[Records contained in a dataset]
______________________________

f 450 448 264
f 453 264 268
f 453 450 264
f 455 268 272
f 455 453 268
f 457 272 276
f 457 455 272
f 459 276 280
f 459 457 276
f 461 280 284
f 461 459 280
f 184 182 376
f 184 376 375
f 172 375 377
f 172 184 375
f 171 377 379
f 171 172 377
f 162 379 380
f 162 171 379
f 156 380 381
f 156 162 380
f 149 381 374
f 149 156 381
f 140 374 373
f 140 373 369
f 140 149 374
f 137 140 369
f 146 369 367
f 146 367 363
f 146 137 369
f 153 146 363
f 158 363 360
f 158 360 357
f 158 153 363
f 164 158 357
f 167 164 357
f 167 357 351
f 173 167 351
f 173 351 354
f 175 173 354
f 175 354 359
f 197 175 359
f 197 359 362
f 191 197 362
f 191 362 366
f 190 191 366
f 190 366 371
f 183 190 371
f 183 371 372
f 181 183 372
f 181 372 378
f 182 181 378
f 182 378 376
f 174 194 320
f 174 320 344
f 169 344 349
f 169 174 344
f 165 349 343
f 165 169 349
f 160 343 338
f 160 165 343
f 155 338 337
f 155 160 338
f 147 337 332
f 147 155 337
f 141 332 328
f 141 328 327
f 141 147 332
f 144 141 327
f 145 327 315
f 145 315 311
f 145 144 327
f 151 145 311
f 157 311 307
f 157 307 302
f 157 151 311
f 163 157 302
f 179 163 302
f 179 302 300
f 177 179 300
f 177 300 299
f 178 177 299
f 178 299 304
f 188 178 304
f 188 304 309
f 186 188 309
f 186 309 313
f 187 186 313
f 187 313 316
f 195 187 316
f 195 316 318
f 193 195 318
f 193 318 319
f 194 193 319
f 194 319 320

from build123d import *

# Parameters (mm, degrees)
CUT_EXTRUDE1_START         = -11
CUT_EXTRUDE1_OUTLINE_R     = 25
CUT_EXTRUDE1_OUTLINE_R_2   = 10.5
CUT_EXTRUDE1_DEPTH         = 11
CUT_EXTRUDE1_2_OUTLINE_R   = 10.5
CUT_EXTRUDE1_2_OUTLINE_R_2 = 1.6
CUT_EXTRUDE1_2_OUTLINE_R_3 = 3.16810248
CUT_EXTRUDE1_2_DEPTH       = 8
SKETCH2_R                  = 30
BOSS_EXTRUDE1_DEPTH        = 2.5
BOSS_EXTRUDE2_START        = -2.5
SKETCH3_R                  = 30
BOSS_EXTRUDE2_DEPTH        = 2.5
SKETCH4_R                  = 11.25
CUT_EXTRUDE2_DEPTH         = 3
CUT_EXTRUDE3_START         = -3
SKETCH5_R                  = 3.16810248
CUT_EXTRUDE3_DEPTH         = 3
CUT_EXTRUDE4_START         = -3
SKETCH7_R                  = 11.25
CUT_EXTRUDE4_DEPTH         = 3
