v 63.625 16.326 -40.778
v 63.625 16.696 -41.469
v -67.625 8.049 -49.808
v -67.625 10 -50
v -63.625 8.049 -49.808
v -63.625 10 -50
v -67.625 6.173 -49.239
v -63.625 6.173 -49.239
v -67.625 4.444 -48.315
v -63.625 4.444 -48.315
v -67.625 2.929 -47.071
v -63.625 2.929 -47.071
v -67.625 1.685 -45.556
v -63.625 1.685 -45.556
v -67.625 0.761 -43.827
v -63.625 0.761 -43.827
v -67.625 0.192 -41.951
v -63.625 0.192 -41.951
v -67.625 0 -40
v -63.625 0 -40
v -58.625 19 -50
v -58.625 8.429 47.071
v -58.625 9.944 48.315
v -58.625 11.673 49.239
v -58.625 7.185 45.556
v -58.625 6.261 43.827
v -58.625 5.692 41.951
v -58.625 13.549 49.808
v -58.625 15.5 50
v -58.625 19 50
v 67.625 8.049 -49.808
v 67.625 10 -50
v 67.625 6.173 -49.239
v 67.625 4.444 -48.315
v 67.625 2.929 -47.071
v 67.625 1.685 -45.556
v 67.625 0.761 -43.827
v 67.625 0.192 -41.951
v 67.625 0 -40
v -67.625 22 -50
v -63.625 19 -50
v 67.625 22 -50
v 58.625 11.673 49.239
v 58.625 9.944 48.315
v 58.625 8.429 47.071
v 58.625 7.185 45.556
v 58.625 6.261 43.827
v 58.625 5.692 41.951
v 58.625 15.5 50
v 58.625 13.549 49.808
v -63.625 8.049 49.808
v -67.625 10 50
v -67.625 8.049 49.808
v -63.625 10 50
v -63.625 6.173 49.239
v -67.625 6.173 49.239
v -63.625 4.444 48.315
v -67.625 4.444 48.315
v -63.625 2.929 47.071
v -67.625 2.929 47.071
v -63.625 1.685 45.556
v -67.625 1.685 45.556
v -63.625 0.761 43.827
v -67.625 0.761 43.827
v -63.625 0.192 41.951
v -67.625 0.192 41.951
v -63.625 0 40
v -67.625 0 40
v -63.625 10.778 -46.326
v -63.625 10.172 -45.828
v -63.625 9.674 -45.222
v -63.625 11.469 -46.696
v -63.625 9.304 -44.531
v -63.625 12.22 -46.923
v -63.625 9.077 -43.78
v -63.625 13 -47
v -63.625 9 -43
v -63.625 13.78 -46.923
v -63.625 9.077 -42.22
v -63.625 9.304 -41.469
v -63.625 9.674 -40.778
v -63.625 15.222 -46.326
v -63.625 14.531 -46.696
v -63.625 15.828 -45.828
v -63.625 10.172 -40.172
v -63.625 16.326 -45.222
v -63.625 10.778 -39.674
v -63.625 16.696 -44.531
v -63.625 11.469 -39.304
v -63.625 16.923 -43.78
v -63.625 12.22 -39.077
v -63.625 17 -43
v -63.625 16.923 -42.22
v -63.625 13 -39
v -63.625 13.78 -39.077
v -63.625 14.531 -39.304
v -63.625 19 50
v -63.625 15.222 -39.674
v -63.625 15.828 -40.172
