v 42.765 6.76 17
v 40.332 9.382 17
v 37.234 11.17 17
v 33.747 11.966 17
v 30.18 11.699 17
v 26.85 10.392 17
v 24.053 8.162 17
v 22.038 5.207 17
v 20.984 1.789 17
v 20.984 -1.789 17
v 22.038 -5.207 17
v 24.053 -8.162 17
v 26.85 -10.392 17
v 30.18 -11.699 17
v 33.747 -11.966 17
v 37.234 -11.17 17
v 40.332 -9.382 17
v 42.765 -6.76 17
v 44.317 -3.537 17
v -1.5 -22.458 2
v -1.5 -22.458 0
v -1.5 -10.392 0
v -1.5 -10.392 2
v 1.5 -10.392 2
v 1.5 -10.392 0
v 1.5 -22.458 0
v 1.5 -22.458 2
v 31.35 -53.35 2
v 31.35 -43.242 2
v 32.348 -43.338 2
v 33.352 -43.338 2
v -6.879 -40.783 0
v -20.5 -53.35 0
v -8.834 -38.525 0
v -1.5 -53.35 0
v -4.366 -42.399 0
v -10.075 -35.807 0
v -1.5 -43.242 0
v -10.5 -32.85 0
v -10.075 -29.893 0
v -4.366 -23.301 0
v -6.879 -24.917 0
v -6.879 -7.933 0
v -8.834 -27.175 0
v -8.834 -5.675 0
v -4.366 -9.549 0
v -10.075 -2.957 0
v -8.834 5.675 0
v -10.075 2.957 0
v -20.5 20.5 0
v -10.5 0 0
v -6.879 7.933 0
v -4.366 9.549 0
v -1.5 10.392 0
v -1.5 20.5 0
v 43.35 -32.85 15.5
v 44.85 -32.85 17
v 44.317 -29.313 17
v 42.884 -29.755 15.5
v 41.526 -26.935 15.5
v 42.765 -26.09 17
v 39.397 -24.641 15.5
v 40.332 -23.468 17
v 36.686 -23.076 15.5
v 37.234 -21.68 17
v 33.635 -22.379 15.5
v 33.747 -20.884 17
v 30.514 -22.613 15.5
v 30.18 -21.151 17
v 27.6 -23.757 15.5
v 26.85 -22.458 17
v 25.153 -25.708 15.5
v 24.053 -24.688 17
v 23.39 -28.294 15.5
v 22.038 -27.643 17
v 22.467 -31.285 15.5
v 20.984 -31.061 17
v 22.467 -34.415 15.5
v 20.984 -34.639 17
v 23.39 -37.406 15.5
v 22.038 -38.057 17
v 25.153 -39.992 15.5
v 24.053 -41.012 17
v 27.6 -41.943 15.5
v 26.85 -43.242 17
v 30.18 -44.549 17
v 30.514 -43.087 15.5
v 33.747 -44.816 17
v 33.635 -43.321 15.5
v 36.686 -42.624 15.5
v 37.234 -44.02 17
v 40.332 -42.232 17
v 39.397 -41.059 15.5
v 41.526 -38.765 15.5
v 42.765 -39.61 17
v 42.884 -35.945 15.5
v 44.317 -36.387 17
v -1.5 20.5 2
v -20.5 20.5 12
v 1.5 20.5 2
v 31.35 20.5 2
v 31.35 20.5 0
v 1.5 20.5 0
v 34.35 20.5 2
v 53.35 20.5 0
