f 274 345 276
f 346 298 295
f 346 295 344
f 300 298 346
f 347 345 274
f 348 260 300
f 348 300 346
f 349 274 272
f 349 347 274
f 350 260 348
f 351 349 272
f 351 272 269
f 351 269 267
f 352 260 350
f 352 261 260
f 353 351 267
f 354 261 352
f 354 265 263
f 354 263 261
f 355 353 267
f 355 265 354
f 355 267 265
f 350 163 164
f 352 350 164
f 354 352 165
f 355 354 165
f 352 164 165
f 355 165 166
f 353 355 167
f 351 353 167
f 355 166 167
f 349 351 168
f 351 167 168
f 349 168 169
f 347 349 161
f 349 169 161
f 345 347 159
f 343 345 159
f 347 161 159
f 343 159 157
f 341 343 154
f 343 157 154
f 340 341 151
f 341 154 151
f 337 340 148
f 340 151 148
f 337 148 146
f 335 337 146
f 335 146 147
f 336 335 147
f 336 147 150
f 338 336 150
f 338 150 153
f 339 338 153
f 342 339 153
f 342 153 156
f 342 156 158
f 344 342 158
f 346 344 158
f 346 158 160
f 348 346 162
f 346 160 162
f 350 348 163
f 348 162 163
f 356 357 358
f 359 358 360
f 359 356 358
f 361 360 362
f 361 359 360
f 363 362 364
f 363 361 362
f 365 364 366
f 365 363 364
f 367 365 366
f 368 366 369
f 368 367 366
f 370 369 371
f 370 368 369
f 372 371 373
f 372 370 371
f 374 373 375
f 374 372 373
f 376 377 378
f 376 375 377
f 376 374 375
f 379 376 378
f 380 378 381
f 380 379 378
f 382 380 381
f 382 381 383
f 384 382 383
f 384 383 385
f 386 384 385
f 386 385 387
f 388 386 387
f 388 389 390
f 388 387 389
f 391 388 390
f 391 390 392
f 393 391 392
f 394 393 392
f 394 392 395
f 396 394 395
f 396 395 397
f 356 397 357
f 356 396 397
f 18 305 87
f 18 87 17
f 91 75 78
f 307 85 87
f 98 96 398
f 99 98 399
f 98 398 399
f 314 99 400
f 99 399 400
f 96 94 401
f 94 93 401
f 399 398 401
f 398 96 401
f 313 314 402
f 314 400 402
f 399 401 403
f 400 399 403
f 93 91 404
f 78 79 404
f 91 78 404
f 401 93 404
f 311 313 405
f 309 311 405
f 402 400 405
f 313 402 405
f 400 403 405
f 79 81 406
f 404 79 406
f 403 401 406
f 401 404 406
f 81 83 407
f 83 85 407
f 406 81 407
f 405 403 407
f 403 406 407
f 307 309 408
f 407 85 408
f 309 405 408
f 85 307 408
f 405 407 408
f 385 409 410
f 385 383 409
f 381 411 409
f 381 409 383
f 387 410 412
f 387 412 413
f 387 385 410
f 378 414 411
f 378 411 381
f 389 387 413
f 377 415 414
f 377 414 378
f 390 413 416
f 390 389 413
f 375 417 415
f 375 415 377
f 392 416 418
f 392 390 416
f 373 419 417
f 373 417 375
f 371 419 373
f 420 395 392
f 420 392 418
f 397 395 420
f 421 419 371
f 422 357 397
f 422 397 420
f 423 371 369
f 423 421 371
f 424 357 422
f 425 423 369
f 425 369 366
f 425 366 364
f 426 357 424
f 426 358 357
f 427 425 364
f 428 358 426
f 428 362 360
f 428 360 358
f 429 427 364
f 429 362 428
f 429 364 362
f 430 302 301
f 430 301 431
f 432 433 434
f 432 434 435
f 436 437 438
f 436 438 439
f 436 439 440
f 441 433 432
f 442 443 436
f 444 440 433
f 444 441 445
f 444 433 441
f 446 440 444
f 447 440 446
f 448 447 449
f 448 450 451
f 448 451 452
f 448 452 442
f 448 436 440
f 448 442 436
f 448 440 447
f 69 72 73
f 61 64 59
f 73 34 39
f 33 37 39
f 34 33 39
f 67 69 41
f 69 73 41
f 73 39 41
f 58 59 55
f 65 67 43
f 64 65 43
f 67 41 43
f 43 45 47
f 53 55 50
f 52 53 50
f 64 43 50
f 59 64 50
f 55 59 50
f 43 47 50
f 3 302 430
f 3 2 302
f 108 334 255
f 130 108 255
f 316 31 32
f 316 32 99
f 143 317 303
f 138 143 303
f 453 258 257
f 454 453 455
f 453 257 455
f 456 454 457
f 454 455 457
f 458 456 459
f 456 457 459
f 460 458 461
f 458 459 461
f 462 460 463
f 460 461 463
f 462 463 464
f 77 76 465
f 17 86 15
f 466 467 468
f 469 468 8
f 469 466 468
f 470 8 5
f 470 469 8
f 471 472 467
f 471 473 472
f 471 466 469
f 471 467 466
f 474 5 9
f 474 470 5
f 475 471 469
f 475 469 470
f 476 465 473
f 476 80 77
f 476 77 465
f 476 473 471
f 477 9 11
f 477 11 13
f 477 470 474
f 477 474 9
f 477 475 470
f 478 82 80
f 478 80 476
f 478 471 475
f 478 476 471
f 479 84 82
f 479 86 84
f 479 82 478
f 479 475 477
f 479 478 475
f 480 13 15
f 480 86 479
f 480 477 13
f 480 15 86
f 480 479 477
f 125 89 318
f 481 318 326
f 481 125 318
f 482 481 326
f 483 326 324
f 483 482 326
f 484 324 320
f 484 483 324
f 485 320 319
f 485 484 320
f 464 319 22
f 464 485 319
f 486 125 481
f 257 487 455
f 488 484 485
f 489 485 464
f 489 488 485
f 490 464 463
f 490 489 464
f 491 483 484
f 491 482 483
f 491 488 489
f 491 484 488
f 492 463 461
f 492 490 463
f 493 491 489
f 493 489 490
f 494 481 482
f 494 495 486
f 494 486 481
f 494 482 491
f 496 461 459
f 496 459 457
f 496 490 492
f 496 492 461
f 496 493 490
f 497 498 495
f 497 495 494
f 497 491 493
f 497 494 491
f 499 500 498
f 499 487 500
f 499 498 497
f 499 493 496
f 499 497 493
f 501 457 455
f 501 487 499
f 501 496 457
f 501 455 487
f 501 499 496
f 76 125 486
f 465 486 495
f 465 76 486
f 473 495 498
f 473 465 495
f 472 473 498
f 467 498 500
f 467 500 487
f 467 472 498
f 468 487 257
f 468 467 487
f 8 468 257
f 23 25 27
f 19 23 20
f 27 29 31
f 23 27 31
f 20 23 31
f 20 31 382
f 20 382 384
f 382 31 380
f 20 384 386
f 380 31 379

______________________________

WORK INSTRUCTIONS
Scan the records above for the lines holding "v 22.038 -27.643 17" and "v 34.35 20.5 2". Transcribe those two and every line between them word for word, and no others.

PROBLEM SOLUTION
v 22.038 -27.643 17
v 22.467 -31.285 15.5
v 20.984 -31.061 17
v 22.467 -34.415 15.5
v 20.984 -34.639 17
v 23.39 -37.406 15.5
v 22.038 -38.057 17
v 25.153 -39.992 15.5
v 24.053 -41.012 17
v 27.6 -41.943 15.5
v 26.85 -43.242 17
v 30.18 -44.549 17
v 30.514 -43.087 15.5
v 33.747 -44.816 17
v 33.635 -43.321 15.5
v 36.686 -42.624 15.5
v 37.234 -44.02 17
v 40.332 -42.232 17
v 39.397 -41.059 15.5
v 41.526 -38.765 15.5
v 42.765 -39.61 17
v 42.884 -35.945 15.5
v 44.317 -36.387 17
v -1.5 20.5 2
v -20.5 20.5 12
v 1.5 20.5 2
v 31.35 20.5 2
v 31.35 20.5 0
v 1.5 20.5 0
v 34.35 20.5 2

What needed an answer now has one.